Let $X \in \mathbb{N}$ be a random variable with geometric distribution with parameter $0<p<1$, i.e. $$P(X=x) ~=~ (1-p)^{x-1}p.$$
A well-known result is the fact that the expected value of $X$ is $E(X)~=~1/p$.
I've seen many ways to prove this, but all of them (implicitly) assume that the following power series converges for $0<r<1$:
$$\sum_{n=1}^\infty n\, r^n.$$
Question: how do I prove that this series is convergent? (I am aware that the geometric series $\sum_{n=0}^\infty r^n$ converges for such $r$.)

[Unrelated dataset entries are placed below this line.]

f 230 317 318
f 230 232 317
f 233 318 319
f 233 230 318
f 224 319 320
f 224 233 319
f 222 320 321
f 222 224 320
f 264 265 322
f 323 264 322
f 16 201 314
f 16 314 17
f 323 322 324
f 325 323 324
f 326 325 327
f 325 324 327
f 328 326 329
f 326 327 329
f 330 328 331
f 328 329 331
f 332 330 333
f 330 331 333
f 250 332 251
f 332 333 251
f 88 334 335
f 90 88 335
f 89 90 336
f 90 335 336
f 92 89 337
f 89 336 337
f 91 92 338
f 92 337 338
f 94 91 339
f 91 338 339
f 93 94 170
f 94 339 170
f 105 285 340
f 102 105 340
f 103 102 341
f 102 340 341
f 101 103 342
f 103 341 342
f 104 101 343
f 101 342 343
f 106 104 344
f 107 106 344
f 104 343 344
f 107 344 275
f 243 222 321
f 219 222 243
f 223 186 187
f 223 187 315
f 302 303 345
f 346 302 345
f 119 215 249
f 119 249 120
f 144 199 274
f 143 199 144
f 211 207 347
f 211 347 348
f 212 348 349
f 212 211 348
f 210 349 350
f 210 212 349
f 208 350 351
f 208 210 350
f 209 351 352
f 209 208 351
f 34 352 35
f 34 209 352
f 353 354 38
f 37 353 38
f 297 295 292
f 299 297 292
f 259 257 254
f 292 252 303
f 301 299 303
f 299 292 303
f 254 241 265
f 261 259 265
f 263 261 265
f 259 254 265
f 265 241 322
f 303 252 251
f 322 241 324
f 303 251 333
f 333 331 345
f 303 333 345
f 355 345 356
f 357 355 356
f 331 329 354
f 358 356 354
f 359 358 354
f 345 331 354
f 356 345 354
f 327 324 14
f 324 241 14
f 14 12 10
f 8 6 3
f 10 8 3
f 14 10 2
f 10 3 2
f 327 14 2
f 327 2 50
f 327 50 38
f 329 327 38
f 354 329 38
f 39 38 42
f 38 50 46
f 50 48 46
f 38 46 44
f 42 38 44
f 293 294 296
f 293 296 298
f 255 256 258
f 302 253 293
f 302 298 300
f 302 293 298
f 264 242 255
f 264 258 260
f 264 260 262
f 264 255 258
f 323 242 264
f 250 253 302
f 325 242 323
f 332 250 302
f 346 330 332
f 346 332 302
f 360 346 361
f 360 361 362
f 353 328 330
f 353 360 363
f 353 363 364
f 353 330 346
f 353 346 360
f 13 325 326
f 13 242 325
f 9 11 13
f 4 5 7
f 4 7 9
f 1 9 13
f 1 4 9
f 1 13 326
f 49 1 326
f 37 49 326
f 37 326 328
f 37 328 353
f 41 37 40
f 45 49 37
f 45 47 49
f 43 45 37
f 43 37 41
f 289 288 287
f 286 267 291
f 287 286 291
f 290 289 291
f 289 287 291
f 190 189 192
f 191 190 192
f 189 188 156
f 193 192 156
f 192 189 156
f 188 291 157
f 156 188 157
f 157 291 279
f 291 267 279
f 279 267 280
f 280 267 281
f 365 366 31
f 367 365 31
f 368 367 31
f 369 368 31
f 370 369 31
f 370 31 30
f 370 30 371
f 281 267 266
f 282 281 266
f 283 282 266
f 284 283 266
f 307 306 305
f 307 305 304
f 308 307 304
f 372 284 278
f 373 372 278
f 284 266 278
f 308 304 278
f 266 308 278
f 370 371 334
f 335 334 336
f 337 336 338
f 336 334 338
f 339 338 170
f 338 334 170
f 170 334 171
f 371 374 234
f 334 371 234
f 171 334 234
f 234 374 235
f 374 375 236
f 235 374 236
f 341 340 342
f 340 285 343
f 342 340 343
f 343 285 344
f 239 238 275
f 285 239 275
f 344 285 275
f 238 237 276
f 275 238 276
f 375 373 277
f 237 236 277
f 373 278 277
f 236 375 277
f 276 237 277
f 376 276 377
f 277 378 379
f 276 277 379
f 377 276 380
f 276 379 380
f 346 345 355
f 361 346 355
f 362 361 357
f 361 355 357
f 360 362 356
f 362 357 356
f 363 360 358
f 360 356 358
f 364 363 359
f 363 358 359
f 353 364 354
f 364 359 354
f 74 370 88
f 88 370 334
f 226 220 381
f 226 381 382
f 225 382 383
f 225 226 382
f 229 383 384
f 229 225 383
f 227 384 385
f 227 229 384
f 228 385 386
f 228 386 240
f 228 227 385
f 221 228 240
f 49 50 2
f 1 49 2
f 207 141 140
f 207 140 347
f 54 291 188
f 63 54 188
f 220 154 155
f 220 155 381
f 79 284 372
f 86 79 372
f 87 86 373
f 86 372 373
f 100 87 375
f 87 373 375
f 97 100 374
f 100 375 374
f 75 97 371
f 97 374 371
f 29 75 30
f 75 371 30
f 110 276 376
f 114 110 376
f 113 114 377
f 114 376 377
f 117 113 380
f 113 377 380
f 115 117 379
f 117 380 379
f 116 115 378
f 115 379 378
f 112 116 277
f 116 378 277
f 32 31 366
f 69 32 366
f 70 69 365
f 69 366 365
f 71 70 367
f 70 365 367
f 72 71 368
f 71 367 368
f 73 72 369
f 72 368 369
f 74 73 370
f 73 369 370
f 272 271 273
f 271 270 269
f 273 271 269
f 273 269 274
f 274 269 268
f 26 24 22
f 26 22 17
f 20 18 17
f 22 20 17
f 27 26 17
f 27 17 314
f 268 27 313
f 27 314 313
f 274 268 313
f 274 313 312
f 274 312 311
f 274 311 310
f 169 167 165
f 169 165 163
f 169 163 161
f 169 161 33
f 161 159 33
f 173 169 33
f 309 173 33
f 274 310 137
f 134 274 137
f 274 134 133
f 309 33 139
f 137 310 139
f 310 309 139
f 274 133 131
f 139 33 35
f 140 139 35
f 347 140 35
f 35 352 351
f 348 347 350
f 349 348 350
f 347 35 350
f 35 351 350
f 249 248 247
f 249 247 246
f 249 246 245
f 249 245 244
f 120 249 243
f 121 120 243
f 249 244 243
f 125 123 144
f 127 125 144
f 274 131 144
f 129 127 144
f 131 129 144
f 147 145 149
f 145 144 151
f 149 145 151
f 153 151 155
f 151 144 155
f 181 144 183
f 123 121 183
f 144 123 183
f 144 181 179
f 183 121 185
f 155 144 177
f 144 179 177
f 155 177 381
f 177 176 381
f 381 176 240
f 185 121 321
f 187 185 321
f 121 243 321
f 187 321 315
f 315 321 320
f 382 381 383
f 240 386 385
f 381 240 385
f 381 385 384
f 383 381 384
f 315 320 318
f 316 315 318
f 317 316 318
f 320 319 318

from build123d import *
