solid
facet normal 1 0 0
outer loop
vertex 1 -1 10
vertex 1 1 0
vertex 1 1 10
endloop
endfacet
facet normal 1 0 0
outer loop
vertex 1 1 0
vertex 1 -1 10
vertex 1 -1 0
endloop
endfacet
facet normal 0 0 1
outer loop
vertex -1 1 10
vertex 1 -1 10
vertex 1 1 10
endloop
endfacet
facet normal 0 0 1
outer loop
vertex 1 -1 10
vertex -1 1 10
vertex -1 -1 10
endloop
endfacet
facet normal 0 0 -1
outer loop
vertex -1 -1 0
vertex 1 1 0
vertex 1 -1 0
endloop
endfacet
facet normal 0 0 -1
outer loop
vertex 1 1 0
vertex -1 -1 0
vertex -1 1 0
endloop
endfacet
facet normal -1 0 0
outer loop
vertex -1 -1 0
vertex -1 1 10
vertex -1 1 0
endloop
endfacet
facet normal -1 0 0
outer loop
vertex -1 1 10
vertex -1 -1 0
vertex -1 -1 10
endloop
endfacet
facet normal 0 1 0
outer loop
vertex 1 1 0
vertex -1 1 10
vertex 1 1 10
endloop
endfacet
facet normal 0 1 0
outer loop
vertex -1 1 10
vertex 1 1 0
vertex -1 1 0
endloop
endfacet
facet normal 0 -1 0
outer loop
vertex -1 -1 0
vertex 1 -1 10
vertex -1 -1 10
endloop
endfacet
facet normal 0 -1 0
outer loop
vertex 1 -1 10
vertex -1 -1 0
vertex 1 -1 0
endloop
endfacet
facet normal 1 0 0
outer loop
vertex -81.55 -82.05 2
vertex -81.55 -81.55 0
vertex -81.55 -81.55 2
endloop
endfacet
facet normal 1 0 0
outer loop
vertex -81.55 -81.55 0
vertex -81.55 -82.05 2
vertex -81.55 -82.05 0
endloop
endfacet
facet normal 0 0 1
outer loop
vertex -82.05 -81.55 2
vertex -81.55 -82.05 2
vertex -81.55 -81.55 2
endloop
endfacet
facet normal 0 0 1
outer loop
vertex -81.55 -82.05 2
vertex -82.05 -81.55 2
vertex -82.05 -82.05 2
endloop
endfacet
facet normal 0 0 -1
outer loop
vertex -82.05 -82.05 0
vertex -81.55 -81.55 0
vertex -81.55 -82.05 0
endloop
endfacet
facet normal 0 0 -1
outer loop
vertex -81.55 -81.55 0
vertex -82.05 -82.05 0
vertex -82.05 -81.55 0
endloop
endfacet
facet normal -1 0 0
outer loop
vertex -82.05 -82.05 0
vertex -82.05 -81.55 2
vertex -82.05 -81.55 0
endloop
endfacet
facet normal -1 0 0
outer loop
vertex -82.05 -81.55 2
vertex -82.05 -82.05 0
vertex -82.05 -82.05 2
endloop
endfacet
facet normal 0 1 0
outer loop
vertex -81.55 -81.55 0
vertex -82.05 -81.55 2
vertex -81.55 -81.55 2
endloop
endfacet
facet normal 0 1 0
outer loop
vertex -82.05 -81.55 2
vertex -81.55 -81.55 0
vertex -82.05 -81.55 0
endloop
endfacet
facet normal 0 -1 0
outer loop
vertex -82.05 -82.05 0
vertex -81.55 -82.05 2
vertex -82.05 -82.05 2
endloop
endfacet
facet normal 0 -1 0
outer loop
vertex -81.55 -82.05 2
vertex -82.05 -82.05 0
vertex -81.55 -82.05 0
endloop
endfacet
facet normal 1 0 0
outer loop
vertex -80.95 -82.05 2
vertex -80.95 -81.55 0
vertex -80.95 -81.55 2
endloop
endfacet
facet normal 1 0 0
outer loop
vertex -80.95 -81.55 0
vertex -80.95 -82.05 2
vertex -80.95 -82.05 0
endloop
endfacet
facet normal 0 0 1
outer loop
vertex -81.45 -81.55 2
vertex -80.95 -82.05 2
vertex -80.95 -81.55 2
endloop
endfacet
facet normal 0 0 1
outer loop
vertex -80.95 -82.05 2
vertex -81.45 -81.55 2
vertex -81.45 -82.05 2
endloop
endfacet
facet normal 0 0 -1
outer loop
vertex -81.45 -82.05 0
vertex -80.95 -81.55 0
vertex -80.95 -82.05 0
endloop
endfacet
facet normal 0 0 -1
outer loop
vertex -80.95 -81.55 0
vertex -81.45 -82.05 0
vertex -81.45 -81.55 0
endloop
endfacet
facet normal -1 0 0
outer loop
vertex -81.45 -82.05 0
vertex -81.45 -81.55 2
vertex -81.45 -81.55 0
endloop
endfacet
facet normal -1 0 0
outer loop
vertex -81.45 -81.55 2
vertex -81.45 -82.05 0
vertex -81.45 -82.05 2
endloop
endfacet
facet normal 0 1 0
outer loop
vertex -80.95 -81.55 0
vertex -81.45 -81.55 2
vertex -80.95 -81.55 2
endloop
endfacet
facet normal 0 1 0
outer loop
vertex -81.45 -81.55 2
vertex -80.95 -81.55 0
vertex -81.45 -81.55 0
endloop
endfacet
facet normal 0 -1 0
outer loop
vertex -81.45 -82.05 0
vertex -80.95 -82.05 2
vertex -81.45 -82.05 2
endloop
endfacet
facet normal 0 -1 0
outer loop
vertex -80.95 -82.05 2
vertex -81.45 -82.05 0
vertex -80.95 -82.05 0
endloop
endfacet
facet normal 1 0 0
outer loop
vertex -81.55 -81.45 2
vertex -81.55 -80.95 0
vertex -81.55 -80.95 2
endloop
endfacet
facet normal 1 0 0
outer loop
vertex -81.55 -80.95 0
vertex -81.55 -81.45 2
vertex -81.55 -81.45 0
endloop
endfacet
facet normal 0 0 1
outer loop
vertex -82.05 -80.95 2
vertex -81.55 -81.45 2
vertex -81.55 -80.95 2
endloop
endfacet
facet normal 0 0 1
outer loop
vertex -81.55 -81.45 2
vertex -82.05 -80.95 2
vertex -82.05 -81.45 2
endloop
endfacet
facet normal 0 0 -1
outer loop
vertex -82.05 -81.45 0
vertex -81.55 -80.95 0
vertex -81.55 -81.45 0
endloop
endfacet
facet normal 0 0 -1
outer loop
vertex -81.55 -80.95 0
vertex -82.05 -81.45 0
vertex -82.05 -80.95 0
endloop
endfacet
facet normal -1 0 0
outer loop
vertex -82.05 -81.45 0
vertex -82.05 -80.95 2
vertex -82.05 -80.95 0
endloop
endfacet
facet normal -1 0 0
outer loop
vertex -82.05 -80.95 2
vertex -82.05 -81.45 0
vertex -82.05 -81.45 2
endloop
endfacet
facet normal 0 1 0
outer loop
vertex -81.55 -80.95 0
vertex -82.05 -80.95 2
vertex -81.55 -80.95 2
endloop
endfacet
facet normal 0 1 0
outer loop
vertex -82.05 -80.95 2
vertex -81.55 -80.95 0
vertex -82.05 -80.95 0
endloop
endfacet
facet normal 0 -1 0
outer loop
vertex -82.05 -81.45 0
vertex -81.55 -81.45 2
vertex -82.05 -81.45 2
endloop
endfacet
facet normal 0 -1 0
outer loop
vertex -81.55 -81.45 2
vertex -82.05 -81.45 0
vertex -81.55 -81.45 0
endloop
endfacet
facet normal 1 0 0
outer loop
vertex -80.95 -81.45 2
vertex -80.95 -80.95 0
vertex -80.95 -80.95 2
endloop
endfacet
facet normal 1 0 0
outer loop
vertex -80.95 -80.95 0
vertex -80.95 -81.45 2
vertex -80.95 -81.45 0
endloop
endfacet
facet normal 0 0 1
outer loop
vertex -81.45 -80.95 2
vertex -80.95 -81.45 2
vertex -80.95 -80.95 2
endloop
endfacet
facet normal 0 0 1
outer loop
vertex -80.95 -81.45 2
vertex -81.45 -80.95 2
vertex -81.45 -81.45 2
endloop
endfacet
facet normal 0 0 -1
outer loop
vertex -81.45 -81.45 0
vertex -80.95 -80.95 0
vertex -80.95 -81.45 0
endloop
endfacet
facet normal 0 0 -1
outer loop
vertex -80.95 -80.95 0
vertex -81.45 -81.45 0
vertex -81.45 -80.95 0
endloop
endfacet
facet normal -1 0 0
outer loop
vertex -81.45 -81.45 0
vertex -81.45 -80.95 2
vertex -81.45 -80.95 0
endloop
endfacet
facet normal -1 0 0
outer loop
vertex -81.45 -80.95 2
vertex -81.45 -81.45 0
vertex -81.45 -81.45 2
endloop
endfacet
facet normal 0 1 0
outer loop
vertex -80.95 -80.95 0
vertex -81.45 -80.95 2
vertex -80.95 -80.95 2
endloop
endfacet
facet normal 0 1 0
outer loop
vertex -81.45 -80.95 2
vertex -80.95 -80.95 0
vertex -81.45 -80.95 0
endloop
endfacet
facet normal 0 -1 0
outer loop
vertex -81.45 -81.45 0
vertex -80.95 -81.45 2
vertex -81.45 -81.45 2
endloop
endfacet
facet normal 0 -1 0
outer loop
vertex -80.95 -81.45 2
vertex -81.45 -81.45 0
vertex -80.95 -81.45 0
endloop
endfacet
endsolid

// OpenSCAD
translate([0, 0, 5]) color([0,1,0,0.9]) cube([2, 2, 10], center=true);
translate([-81.8, -81.8, 1]) color([1,0,0]) cube([0.5, 0.5, 2], center=true);
translate([-81.2, -81.8, 1]) color([1,0,0]) cube([0.5, 0.5, 2], center=true);
translate([-81.8, -81.2, 1]) color([1,0,0]) cube([0.5, 0.5, 2], center=true);
translate([-81.2, -81.2, 1]) color([1,0,0]) cube([0.5, 0.5, 2], center=true);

The usual way to prove that $\sum nr^n$ converges is to apply the ratio test: If $0<r<1$ then $$\lim _{n\to\infty}\left|\frac{(n+1)r^{n+1}}{nr^n}\right| =r $$ and $r$ is less than one, so the series $\sum nr^n$ converges absolutely.

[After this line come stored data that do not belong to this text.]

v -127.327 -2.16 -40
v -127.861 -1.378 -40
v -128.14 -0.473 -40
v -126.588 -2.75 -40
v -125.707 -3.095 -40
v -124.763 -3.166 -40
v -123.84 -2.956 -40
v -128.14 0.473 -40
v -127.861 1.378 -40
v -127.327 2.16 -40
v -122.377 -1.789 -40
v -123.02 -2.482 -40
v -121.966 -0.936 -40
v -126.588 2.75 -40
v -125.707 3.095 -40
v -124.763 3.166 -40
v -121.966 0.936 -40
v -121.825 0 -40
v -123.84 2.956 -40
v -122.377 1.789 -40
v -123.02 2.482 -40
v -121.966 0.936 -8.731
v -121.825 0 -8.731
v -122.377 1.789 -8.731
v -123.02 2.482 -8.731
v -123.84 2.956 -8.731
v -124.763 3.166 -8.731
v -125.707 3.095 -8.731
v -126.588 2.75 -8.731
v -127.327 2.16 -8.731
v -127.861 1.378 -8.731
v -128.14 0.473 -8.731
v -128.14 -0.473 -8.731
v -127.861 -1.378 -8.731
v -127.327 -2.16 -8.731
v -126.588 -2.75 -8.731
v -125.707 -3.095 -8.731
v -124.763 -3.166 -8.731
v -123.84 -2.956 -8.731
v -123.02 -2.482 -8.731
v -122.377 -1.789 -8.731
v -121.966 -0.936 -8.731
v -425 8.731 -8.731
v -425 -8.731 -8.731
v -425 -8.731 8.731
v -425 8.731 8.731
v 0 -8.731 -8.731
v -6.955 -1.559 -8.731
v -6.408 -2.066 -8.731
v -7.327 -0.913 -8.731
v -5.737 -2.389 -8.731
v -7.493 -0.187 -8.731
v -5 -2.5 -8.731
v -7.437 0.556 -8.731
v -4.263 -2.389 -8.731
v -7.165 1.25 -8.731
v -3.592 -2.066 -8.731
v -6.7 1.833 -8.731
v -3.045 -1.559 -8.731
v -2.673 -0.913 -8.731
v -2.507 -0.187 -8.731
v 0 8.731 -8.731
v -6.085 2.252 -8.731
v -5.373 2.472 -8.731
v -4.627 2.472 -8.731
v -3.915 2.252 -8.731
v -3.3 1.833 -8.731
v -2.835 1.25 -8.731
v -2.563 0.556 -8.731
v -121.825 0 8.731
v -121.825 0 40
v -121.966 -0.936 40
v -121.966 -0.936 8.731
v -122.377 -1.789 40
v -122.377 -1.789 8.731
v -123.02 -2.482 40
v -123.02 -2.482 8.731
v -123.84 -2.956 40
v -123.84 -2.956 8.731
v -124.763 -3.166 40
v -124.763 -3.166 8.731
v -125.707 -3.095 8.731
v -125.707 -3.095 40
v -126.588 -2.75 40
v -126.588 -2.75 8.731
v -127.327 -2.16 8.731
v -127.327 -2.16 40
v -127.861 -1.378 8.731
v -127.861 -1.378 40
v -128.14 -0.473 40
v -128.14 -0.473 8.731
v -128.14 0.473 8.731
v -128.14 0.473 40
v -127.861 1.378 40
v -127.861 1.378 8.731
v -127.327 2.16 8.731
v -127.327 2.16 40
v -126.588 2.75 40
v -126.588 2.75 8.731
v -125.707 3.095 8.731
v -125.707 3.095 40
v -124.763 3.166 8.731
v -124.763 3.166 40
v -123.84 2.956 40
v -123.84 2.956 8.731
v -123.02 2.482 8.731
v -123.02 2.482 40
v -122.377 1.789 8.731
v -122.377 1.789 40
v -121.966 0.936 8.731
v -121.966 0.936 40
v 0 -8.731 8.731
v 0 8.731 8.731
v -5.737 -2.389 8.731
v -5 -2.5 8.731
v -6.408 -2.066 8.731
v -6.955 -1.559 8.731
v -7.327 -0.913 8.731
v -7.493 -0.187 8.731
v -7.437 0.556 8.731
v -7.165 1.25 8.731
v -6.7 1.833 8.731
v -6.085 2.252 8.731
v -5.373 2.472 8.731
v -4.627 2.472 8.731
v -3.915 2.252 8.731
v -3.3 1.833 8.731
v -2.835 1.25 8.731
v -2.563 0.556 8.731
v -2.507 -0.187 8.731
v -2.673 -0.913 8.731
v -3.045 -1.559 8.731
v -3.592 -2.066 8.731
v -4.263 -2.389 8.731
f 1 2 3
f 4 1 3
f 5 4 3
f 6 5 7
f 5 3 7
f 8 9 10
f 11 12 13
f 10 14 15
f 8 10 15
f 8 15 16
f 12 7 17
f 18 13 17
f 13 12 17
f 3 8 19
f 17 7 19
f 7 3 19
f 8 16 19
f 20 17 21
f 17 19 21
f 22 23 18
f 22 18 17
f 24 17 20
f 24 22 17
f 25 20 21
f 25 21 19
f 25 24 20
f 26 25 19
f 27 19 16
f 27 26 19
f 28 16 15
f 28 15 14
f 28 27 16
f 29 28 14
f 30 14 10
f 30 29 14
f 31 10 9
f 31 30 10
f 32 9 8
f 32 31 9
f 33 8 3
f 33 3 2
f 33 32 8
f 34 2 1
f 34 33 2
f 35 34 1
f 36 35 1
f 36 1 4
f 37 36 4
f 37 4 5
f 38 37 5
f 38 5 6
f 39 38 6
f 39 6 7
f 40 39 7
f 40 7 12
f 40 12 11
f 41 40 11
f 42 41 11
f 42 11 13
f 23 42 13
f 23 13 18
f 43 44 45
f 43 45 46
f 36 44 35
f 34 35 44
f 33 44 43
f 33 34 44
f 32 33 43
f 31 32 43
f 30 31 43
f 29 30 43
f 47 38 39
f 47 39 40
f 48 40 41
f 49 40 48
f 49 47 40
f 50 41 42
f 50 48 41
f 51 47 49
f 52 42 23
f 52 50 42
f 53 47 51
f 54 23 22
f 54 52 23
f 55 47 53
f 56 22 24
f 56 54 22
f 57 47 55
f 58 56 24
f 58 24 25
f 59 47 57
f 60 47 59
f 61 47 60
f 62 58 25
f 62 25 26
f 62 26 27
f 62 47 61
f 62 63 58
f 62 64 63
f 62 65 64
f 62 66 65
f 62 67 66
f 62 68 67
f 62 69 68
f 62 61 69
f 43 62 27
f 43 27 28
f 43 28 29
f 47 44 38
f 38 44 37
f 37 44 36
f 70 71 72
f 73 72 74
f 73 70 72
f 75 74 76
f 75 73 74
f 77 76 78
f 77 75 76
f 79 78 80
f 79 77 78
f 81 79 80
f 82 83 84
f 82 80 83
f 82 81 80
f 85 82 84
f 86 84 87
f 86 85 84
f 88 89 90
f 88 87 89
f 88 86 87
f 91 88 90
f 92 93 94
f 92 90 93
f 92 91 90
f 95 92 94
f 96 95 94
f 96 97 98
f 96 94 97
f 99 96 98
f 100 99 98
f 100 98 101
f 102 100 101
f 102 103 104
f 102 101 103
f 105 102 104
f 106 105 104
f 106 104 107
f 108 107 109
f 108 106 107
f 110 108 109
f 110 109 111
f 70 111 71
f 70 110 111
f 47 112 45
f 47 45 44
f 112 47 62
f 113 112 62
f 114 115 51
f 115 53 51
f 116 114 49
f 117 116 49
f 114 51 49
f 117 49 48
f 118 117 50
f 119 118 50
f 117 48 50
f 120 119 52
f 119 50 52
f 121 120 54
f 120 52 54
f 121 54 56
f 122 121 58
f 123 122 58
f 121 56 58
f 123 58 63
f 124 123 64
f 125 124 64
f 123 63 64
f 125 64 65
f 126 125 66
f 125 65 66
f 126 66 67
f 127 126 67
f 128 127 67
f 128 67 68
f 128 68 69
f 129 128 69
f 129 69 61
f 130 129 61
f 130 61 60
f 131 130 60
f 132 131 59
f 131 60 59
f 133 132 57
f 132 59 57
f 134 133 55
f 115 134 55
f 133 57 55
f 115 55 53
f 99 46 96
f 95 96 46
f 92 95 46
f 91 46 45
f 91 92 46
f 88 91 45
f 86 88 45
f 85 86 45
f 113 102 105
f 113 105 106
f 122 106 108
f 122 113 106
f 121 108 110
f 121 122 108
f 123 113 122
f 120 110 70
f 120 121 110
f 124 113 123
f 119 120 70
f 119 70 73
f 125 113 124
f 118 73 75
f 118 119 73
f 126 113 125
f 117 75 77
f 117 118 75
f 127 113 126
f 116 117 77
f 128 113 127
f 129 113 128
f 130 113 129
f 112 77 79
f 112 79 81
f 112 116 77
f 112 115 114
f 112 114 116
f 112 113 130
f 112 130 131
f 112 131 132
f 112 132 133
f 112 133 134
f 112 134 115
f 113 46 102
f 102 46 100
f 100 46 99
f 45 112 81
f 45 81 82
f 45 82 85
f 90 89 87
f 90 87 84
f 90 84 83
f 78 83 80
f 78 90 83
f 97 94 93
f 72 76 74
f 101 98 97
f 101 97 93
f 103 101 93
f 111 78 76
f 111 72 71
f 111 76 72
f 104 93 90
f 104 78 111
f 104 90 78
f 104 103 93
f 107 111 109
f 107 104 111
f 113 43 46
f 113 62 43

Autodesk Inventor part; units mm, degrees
ref_plane "YZ Plane" through (0, 0, 0) normal (1, 0, 0) x (0, 1, 0)
ref_plane "XZ Plane" through (0, 0, 0) normal (0, 1, 0) x (-1, 0, 0)
sketch "Sketch1" plane through (0, 0, 0) normal (1, 0, 0) x (0, 1, 0)
  line L0 (8.7312, 8.7312) -> (-8.7312, 8.7312)
  line L1 (-8.7312, 8.7312) -> (-8.7313, -8.7313)
  line L2 (-8.7313, -8.7313) -> (8.7312, -8.7313)
  line L3 (8.7312, -8.7313) -> (8.7312, 8.7312)
  line L4 (8.7312, 8.7312) -> (-8.7313, -8.7313) construction
  line L5 (-8.7312, 8.7312) -> (8.7312, -8.7313) construction
  point P0 (0, 0)
  point P1 (0, 0)
  dimension "d9" = 17.4625
  dimension "d10" = 17.4625
extrude "Extrusion1" add sketch "Sketch1" against normal blind 425
ref_plane "Work Plane2" through (0, 0, 10) normal (0, 0, 1) x (1, 0, 0)
sketch "Sketch2" plane through (0, 0, 0) normal (0, 0, 1) x (1, 0, 0)
  circle A0 centre (-125, 0) radius 3.175
  line L0 (0, 8.7312) -> (0, -8.7312) construction
  line L1 (-425, 8.7312) -> (-425, -8.7313) construction
  point P0 (0, 0)
  dimension "d7" = 6.35
  dimension "d11" = 300
extrude "Extrusion2" add sketch "Sketch2" along normal mid plane 80
sketch "Sketch4" plane through (0, -8.7312, 8.7312) normal (0, 0, 1) x (1, 0, 0)
  circle A0 centre (-125, 8.7312) radius 3.175 construction
  point P0 (0, 8.7312)
  point P1 (-5, 8.7312)
  dimension "d14" = 120
hole "Hole1" at (-5, 0, 8.7312) direction (0, 0, -1) diameter 5 end through all
sketch "Sketch3" plane through (-125, 0, 40) normal (0, 0, 1) x (1, 0, 0)
  circle A0 centre (0, 0) radius 3.175 projected
  line L0 (-300, -8.7312) -> (-300, 8.7312) construction
  line L1 (125, 8.7312) -> (125, -8.7312) construction
  point P0 (125, 0)
  dimension "d12" = 300
  dimension "d13" = 125
equation "\"d11\" = LongArmLen"
equation "\"d14\" = ShortArmLen"
equation "\"LongArmLen\" = 300"
equation "\"ShortArmLen\" = 120"
properties part number "Long Arm"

Another approach is to observe that the series has positive terms, so we can rearrange it freely. If you agree that $\sum_{n=a}^\infty r^n=\displaystyle\frac {r^a}{1-r}$, you can even evaluate the series directly: $$\sum_{n=1}^\infty nr^n = \sum_{n=1}^\infty\sum_{k=1}^n r^n \stackrel{(1)}=\sum_{k=1}^\infty\sum_{n=k}^\infty r^n =\sum_{k=1}^\infty\frac{r^k}{1-r} = \frac1{1-r}\sum_{k=1}^ \infty r^k= \frac1{1-r}\frac r{1-r}= \frac r{(1-r)^2} $$ In step (1) we interchange the order of summation.